# Auto control CPU freq based on Temperature in order not to shut down ?



## Kubator (Mar 1, 2020)

Hello FreeBSD forum,
I am running FreeBSD 12.1 on old lenovo laptop T510, Intel Core i5 M 520, 8 GB RAM, 1 TB SSD - ZFS.

And facing an issue with CPU overheat and automatic shutdown during big load (e.g. ffmpeg processing video - CRITICAL temperature reached shutting down ....). What I noticed that system boosts frequency to max and keeps there no matter what. I know that `powerd` can utilize frequency control based on load, is it possible to control also based on temperature? Or do I have to automate myself measuring via `sysctl dev.cpu.0.temperature` and controlling via `sysctl dev.cpu.0.freq`? Or please could You navigate me to other better solution?
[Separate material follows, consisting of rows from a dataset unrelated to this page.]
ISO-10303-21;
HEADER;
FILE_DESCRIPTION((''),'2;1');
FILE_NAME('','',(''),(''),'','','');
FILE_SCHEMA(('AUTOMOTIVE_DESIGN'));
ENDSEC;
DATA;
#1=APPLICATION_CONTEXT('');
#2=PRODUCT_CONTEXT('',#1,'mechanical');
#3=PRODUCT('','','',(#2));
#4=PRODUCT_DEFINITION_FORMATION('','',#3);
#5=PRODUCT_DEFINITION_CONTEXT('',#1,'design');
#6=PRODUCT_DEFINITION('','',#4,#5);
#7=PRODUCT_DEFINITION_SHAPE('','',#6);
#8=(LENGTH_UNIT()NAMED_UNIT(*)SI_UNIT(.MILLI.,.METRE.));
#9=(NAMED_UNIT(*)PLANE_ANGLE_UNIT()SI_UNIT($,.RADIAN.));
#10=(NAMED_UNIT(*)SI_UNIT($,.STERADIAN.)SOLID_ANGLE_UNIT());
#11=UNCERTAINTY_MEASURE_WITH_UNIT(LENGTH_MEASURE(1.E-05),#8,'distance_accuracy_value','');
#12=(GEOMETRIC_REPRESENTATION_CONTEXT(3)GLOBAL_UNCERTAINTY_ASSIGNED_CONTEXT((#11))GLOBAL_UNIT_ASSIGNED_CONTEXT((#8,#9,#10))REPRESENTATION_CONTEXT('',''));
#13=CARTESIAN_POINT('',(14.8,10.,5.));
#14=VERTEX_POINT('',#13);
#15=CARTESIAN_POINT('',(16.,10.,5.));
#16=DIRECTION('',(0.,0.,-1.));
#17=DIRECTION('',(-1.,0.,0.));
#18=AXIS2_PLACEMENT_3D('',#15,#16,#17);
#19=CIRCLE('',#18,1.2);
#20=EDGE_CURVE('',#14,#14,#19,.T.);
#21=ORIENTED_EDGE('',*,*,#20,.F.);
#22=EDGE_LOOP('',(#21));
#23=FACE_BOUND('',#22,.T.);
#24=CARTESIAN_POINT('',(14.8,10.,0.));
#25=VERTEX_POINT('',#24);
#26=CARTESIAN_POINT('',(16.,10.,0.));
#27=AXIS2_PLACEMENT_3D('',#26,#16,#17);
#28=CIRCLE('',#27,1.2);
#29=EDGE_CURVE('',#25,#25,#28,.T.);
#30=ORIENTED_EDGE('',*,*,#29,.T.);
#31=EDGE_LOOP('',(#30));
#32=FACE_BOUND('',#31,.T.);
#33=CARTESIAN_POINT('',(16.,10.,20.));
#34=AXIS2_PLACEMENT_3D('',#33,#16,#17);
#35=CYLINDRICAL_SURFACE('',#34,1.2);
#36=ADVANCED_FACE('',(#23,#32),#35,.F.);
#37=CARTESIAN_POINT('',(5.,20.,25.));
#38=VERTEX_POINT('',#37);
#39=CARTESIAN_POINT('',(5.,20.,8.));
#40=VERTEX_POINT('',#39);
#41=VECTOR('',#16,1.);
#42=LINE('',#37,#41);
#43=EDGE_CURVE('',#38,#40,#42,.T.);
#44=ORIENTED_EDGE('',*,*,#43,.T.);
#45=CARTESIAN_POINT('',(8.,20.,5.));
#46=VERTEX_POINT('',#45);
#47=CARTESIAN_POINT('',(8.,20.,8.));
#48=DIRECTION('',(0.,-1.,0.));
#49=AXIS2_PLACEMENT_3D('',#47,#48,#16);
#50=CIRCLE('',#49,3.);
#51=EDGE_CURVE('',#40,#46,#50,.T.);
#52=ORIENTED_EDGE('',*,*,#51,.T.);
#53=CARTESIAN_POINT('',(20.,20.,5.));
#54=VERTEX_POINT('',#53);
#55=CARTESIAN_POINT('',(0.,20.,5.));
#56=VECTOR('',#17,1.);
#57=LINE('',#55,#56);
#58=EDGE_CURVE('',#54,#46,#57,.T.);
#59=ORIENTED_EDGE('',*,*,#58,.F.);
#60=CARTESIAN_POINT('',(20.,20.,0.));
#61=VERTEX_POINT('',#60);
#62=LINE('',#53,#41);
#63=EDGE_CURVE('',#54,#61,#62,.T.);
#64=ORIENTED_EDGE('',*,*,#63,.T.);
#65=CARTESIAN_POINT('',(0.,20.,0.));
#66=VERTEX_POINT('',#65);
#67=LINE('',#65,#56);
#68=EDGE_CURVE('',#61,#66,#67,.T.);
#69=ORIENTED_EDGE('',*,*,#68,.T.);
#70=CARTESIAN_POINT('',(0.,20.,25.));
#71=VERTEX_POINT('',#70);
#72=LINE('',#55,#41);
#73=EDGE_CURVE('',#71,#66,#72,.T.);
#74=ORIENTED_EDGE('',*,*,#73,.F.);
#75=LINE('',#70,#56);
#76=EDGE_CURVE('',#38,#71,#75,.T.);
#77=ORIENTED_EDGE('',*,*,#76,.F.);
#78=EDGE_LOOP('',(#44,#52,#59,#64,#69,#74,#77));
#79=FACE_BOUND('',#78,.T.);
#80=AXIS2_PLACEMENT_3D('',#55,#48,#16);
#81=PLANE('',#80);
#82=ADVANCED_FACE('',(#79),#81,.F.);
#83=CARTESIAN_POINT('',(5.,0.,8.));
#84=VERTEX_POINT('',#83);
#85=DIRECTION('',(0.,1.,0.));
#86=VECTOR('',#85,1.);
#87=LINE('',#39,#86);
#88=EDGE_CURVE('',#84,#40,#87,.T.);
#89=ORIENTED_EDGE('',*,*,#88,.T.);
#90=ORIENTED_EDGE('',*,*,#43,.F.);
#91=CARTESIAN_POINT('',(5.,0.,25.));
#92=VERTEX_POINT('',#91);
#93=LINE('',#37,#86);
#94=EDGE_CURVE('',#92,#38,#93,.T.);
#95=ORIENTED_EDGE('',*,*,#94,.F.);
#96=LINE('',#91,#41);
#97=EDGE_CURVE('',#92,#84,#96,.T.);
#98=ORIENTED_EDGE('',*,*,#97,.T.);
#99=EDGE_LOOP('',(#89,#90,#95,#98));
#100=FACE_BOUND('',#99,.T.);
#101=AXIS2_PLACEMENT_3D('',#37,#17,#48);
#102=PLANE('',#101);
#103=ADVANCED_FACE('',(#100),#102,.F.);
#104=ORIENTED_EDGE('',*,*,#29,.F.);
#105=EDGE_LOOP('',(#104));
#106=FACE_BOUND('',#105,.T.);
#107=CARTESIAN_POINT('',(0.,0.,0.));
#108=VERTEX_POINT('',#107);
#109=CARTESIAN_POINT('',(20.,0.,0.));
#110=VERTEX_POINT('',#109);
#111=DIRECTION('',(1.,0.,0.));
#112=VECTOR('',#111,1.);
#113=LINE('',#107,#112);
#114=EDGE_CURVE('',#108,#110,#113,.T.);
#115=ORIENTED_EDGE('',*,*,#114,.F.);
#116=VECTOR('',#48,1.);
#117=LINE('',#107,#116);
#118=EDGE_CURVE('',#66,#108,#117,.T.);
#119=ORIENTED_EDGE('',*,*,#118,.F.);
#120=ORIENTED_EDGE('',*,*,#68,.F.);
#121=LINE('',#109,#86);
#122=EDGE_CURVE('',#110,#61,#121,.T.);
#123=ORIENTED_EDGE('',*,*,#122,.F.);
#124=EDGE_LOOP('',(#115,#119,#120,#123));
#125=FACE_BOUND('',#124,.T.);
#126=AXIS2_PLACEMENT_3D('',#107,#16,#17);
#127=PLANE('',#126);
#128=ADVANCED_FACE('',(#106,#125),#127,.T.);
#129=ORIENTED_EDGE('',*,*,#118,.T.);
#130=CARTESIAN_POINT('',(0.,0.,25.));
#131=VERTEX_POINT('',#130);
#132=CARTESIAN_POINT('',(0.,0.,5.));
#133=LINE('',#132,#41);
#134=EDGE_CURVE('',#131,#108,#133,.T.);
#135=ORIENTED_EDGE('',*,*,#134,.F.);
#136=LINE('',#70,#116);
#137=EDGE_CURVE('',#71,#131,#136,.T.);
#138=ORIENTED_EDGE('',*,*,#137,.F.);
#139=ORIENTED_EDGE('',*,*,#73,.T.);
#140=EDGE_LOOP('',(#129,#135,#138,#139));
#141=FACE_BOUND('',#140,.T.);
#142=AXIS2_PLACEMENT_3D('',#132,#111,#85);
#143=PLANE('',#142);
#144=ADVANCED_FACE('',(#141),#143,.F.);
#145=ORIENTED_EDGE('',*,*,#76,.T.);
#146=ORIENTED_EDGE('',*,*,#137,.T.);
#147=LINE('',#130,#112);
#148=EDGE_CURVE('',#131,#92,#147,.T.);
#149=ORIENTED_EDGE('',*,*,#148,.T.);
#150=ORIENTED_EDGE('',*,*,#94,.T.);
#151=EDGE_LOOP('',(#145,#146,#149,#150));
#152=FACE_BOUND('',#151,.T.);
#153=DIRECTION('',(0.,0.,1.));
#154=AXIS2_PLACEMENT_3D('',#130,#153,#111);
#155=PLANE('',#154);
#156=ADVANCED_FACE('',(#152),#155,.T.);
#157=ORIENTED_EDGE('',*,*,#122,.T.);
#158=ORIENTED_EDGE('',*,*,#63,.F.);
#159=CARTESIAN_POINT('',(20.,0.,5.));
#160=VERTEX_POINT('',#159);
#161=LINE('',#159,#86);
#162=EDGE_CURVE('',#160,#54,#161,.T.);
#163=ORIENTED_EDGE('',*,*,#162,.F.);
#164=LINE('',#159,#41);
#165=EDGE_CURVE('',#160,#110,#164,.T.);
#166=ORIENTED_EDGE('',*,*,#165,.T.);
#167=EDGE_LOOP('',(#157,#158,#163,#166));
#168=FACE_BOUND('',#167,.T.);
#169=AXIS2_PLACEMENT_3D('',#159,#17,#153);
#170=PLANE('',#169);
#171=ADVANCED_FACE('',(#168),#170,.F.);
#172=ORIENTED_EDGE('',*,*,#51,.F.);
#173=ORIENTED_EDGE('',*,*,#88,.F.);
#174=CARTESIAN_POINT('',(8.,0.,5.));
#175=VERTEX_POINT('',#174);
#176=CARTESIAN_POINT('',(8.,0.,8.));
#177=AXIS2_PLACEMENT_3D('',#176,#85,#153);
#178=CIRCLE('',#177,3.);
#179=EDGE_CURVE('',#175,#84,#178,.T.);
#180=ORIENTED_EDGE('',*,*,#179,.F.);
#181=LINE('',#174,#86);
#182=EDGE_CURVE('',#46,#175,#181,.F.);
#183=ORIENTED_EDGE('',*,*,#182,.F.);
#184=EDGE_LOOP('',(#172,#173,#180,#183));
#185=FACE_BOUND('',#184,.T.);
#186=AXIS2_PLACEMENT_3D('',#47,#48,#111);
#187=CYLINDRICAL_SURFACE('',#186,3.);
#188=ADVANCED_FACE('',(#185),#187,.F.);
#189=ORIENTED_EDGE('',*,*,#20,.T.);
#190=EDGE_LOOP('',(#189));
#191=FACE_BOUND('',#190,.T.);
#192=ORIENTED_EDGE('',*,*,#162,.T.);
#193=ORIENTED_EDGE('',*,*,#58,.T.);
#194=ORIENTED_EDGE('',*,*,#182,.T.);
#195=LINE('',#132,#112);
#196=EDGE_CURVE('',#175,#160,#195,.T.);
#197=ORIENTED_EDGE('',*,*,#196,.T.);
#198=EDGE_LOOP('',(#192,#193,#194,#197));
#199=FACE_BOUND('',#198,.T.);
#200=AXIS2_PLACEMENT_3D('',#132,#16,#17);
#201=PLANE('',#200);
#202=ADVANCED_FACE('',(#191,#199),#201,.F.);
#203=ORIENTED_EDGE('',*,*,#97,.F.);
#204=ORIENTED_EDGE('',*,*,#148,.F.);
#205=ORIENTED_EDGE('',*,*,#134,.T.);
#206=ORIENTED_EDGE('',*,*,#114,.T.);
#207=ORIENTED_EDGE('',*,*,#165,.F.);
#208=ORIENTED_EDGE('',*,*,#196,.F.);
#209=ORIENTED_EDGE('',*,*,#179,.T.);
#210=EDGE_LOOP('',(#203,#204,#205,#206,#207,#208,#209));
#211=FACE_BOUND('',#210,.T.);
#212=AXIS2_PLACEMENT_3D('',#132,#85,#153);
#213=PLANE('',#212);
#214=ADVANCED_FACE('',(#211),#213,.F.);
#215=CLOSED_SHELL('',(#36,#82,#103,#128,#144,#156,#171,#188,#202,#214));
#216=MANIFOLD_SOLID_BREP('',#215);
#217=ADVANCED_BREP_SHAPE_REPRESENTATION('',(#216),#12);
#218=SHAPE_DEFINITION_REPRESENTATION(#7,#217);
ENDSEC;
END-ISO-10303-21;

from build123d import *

# Parameters (mm, degrees)
SKETCH1_W           = 20
SKETCH1_H           = 20
BOSS_EXTRUDE1_DEPTH = 5
SKETCH2_W           = 5
SKETCH2_H           = 20
BOSS_EXTRUDE2_DEPTH = 20
FILLET1_R           = 3
SKETCH3_R           = 1.2
CUT_EXTRUDE1_DEPTH  = 20


with BuildPart() as part:
    # Sketch1 → Boss-Extrude1 (new body)
    with BuildSketch(Plane.XY):
        with Locations((10, 10)):
            Rectangle(SKETCH1_W, SKETCH1_H)
    extrude(amount=BOSS_EXTRUDE1_DEPTH)

    # Sketch2 → Boss-Extrude2 (add)
    with BuildSketch(Plane.XY.offset(5)):
        with Locations((2.5, 10)):
            Rectangle(SKETCH2_W, SKETCH2_H)
    extrude(amount=BOSS_EXTRUDE2_DEPTH)

    # Fillet1
    fillet1_edges = [part.edges().sort_by_distance(p)[0] for p in [
        (5, 10, 5),
    ]]
    fillet(fillet1_edges, radius=FILLET1_R)

    # Sketch3 → Cut-Extrude1 (cut)
    with BuildSketch(Plane(origin=(0, 0, 0), x_dir=(-1, 0, 0), z_dir=(0, 0, -1))):
        with Locations((-16, 10)):
            Circle(SKETCH3_R)
    extrude(amount=-CUT_EXTRUDE1_DEPTH, mode=Mode.SUBTRACT)


solid = part.part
I noticed that Windows 10 has some dummy control that basically lowers CPU freq by half in this (high load - high temperature) situation and then thottle up again and again (like PWM modulation). I would expect some linear control instead.

Cooling system is clean and thermal grease replaced.

Thank You.


----------



## trev (Mar 1, 2020)

My solution for a 2011 Mac mini was to use `powerd` to disable the Intel i7 turbo mode altogether with "-M 2700" for 2.7GHz" which is its base frequency - turbo mode is 2701.


----------



## Minbari (Mar 2, 2020)

I don't have overheating problems on my Thinkpad T430 (CPU i7 3712QM-35 Watts) but since I'm using ports sometimes the temperatures are getting higher, like 85-90 C on cores and 95-100 C on threads. To lower temps a bit I've limited the cpu to the base freqvencies (2100 MHz) and I'm boosting fan speed with the help of acpi_ibm. More precisely I have a script which is controlling the fan speed.


----------



## George (Mar 2, 2020)

The fan is supposed to cool down the cpu. If you are lucky, you can google some scripts that control fan speed (fan control). 
A script that throttles down the cpu based on the cpu temperature, you'd have to write it on your on. `powerd` does not care about temperatures.


----------